Extracted material:
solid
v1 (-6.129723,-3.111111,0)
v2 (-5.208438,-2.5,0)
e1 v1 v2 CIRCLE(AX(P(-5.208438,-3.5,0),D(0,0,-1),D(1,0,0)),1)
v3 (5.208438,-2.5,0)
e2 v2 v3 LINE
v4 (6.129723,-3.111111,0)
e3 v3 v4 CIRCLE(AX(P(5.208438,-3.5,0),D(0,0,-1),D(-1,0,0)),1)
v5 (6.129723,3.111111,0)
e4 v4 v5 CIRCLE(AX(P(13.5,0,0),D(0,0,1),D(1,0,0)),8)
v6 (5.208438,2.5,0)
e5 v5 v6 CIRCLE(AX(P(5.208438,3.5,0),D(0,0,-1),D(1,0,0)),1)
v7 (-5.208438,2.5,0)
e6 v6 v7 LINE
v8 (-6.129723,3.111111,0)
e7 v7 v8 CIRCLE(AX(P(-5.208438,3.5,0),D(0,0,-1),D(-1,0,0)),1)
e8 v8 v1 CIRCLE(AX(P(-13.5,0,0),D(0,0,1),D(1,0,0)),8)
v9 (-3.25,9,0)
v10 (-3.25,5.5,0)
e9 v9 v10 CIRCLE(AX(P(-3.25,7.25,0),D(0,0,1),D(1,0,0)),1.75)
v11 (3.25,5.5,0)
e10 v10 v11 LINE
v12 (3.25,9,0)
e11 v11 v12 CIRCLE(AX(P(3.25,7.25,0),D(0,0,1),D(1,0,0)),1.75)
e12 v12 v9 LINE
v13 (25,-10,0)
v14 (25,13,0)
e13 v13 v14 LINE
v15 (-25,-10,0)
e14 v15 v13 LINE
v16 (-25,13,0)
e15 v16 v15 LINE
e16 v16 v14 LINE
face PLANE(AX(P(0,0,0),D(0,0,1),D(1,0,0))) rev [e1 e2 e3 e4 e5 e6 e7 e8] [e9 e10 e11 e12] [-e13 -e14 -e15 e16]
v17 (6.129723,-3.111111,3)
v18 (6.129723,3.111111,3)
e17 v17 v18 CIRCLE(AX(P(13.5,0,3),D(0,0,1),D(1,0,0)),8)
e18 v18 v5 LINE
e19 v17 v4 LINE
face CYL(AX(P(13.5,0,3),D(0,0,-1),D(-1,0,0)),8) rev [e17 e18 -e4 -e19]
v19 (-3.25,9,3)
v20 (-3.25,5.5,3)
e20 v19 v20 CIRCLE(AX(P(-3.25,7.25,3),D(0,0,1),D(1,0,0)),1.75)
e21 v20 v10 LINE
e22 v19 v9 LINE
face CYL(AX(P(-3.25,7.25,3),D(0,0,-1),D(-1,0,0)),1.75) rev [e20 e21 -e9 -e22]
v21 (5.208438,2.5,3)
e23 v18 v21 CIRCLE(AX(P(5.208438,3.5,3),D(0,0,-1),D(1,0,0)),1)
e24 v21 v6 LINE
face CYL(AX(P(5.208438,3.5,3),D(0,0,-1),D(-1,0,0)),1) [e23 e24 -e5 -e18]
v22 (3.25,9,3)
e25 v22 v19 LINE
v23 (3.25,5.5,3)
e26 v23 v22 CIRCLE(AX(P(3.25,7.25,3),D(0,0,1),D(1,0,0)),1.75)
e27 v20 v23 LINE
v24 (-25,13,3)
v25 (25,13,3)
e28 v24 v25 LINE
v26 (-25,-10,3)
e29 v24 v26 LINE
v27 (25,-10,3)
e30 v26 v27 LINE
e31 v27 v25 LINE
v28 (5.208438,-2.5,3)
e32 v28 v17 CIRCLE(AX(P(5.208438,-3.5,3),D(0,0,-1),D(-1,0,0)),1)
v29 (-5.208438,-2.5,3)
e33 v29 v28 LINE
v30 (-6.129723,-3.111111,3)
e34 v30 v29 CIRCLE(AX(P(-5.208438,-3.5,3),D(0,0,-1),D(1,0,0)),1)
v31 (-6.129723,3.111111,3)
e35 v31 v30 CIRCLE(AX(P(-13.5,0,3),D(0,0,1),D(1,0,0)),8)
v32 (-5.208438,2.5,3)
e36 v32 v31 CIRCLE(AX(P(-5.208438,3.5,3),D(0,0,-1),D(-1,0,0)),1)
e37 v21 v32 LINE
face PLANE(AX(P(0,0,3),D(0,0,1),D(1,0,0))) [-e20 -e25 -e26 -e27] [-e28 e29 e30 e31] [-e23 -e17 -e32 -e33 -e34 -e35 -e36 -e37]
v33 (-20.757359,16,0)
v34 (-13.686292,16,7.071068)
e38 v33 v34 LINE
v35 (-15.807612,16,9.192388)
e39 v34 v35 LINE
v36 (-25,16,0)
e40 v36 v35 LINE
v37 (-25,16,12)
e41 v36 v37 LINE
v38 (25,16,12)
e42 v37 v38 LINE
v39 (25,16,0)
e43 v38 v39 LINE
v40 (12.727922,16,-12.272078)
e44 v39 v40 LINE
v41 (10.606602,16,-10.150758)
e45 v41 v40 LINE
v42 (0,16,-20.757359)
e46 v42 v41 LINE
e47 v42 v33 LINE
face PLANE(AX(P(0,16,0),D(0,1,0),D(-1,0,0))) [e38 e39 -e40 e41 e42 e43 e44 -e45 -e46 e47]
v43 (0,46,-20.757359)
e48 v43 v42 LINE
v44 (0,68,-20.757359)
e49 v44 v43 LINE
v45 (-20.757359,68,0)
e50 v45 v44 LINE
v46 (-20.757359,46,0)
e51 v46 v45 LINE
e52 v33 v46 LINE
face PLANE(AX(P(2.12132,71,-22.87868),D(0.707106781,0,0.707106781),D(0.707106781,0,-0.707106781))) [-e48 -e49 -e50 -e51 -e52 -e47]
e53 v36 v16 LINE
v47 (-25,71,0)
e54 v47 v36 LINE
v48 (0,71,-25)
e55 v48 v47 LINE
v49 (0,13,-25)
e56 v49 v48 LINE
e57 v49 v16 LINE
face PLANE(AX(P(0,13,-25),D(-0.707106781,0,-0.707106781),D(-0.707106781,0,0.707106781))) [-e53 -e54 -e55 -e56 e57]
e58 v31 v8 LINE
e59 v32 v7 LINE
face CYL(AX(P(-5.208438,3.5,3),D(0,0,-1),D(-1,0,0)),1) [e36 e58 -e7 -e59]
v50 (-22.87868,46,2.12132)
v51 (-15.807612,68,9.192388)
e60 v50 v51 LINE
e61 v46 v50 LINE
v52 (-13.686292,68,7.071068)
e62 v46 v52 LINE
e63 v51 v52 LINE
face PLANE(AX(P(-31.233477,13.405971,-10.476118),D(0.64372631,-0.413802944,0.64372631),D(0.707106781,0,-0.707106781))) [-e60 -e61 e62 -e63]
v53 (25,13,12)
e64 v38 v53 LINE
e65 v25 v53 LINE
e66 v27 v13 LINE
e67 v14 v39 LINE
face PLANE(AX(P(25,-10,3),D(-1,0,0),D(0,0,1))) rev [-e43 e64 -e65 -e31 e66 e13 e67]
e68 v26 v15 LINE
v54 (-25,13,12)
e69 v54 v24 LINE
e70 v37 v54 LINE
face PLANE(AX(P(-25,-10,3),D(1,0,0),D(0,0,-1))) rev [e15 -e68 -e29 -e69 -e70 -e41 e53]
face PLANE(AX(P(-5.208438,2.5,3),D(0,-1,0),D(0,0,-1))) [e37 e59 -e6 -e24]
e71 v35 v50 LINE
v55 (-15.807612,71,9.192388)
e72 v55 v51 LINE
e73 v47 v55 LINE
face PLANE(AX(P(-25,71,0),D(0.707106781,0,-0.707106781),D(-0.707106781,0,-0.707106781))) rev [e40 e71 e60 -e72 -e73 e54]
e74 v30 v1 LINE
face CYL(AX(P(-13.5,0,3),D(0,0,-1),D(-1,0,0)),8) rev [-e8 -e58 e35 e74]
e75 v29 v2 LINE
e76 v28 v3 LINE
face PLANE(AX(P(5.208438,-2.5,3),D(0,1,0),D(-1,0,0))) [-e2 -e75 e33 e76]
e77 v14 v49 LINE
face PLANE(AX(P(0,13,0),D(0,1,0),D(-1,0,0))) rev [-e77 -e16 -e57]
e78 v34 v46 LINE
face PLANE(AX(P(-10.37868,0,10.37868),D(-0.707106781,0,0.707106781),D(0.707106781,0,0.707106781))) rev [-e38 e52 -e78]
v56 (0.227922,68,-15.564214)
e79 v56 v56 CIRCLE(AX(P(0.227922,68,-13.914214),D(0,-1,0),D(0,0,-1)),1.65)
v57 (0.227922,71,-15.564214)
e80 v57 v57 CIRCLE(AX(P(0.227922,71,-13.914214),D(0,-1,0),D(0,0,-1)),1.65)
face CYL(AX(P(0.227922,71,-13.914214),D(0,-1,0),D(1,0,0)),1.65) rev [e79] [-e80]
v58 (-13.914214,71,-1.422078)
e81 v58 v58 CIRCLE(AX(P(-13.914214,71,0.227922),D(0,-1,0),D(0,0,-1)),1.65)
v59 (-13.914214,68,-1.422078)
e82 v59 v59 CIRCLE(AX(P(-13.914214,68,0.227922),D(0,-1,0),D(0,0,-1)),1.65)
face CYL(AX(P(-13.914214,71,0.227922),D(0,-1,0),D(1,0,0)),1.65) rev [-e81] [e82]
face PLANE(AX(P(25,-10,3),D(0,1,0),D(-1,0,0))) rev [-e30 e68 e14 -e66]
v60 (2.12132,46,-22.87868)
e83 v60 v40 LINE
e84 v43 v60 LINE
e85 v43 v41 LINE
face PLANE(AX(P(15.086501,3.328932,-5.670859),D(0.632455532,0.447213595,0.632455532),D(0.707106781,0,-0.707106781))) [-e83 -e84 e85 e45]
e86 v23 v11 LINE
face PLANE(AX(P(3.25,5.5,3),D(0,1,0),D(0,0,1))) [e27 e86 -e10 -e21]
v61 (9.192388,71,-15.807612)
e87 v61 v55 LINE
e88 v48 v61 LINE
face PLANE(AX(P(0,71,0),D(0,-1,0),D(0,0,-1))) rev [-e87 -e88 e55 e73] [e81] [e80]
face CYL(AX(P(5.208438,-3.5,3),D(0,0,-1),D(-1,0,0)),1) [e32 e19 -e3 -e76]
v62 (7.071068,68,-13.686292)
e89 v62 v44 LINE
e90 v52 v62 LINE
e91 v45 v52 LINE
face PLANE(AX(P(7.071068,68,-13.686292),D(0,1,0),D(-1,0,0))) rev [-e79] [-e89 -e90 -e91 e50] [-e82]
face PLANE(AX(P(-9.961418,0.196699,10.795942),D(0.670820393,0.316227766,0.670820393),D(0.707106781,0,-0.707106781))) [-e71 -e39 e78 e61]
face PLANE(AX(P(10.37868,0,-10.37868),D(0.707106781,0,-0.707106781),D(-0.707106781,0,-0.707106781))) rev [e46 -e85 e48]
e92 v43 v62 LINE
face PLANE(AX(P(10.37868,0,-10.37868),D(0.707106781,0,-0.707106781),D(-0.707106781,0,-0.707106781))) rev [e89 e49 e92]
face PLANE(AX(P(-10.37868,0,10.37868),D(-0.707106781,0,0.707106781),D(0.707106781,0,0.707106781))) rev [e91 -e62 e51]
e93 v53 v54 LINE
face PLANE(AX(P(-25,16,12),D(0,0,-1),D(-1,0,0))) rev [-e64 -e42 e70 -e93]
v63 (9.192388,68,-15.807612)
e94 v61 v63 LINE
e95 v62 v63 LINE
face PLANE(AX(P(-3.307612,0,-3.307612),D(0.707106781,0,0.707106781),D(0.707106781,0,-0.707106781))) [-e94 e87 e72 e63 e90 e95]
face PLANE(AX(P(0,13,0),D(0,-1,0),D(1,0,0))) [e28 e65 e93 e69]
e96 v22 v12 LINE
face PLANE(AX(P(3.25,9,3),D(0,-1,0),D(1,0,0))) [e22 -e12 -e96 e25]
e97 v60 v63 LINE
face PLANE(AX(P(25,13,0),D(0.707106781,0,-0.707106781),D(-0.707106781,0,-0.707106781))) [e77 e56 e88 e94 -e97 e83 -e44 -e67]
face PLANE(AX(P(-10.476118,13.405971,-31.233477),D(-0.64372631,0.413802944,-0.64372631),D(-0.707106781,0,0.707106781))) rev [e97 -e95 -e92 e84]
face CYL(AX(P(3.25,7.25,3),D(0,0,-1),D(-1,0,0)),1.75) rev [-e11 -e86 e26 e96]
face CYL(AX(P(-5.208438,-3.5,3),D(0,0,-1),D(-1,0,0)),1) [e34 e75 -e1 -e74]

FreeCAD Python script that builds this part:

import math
import FreeCAD as App
import Part
import Sketcher
from FreeCAD import Vector
Q = App.Units.Quantity


def add_polygon(sketch, points):
    """Adds a closed chain of lines whose ends are joined by coincident constraints."""
    first, n = sketch.GeometryCount, len(points)
    for a, b in zip(points, points[1:] + points[:1]):
        sketch.addGeometry(Part.LineSegment(App.Vector(*a, 0), App.Vector(*b, 0)), False)
    for i in range(n):
        sketch.addConstraint(Sketcher.Constraint("Coincident", first + i, 2, first + (i + 1) % n, 1))

doc = App.newDocument("Part")
body = doc.addObject("PartDesign::Body", "Body")

# Sketch on XY plane
sketch1 = body.newObject("Sketcher::SketchObject", "Sketch")
sketch1.AttachmentSupport = (doc.getObject("XY_Plane"), [""])
sketch1.MapMode = "FlatFace"
add_polygon(sketch1, [(-25, 10), (-25, -10), (25, -10), (25, 10)])  # lines 0-3
sketch1.addGeometry(Part.ArcOfCircle(Part.Circle(Vector(-5.208438, 3.5, 0), Vector(0, 0, 1), 1), math.radians(-157.11462), math.radians(-90)), False)  # 4
sketch1.addGeometry(Part.LineSegment(Vector(-5.208438, 2.5, 0), Vector(5.208438, 2.5, 0)), False)  # 5
sketch1.addGeometry(Part.ArcOfCircle(Part.Circle(Vector(5.208438, 3.5, 0), Vector(0, 0, 1), 1), math.radians(-90), math.radians(-22.88538)), False)  # 6
sketch1.addGeometry(Part.ArcOfCircle(Part.Circle(Vector(13.5, 0, 0), Vector(0, 0, 1), 8), math.radians(-157.11462), math.radians(157.11462)), False)  # 7
sketch1.addGeometry(Part.ArcOfCircle(Part.Circle(Vector(5.208438, -3.5, 0), Vector(0, 0, 1), 1), math.radians(22.88538), math.radians(90)), False)  # 8
sketch1.addGeometry(Part.LineSegment(Vector(5.208438, -2.5, 0), Vector(-5.208438, -2.5, 0)), False)  # 9
sketch1.addGeometry(Part.ArcOfCircle(Part.Circle(Vector(-5.208438, -3.5, 0), Vector(0, 0, 1), 1), math.radians(90), math.radians(157.11462)), False)  # 10
sketch1.addGeometry(Part.ArcOfCircle(Part.Circle(Vector(-13.5, 0, 0), Vector(0, 0, 1), 8), math.radians(22.88538), math.radians(337.11462)), False)  # 11
sketch1.addGeometry(Part.ArcOfCircle(Part.Circle(Vector(3.25, 7.25, 0), Vector(0, 0, 1), 1.75), math.radians(-90), math.radians(90)), False)  # 12
sketch1.addGeometry(Part.LineSegment(Vector(3.25, 5.5, 0), Vector(-3.25, 5.5, 0)), False)  # 13
sketch1.addGeometry(Part.ArcOfCircle(Part.Circle(Vector(-3.25, 7.25, 0), Vector(0, 0, 1), 1.75), math.radians(90), math.radians(270)), False)  # 14
sketch1.addGeometry(Part.LineSegment(Vector(-3.25, 9, 0), Vector(3.25, 9, 0)), False)  # 15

Work required: Starting at the line that contains "e26 v23 v22" and stopping after the line that contains "v28 (5.208438,-2.5,3)", write out every line exactly as it appears above, and no other line.

Written answer:
e26 v23 v22 CIRCLE(AX(P(3.25,7.25,3),D(0,0,1),D(1,0,0)),1.75)
e27 v20 v23 LINE
v24 (-25,13,3)
v25 (25,13,3)
e28 v24 v25 LINE
v26 (-25,-10,3)
e29 v24 v26 LINE
v27 (25,-10,3)
e30 v26 v27 LINE
e31 v27 v25 LINE
v28 (5.208438,-2.5,3)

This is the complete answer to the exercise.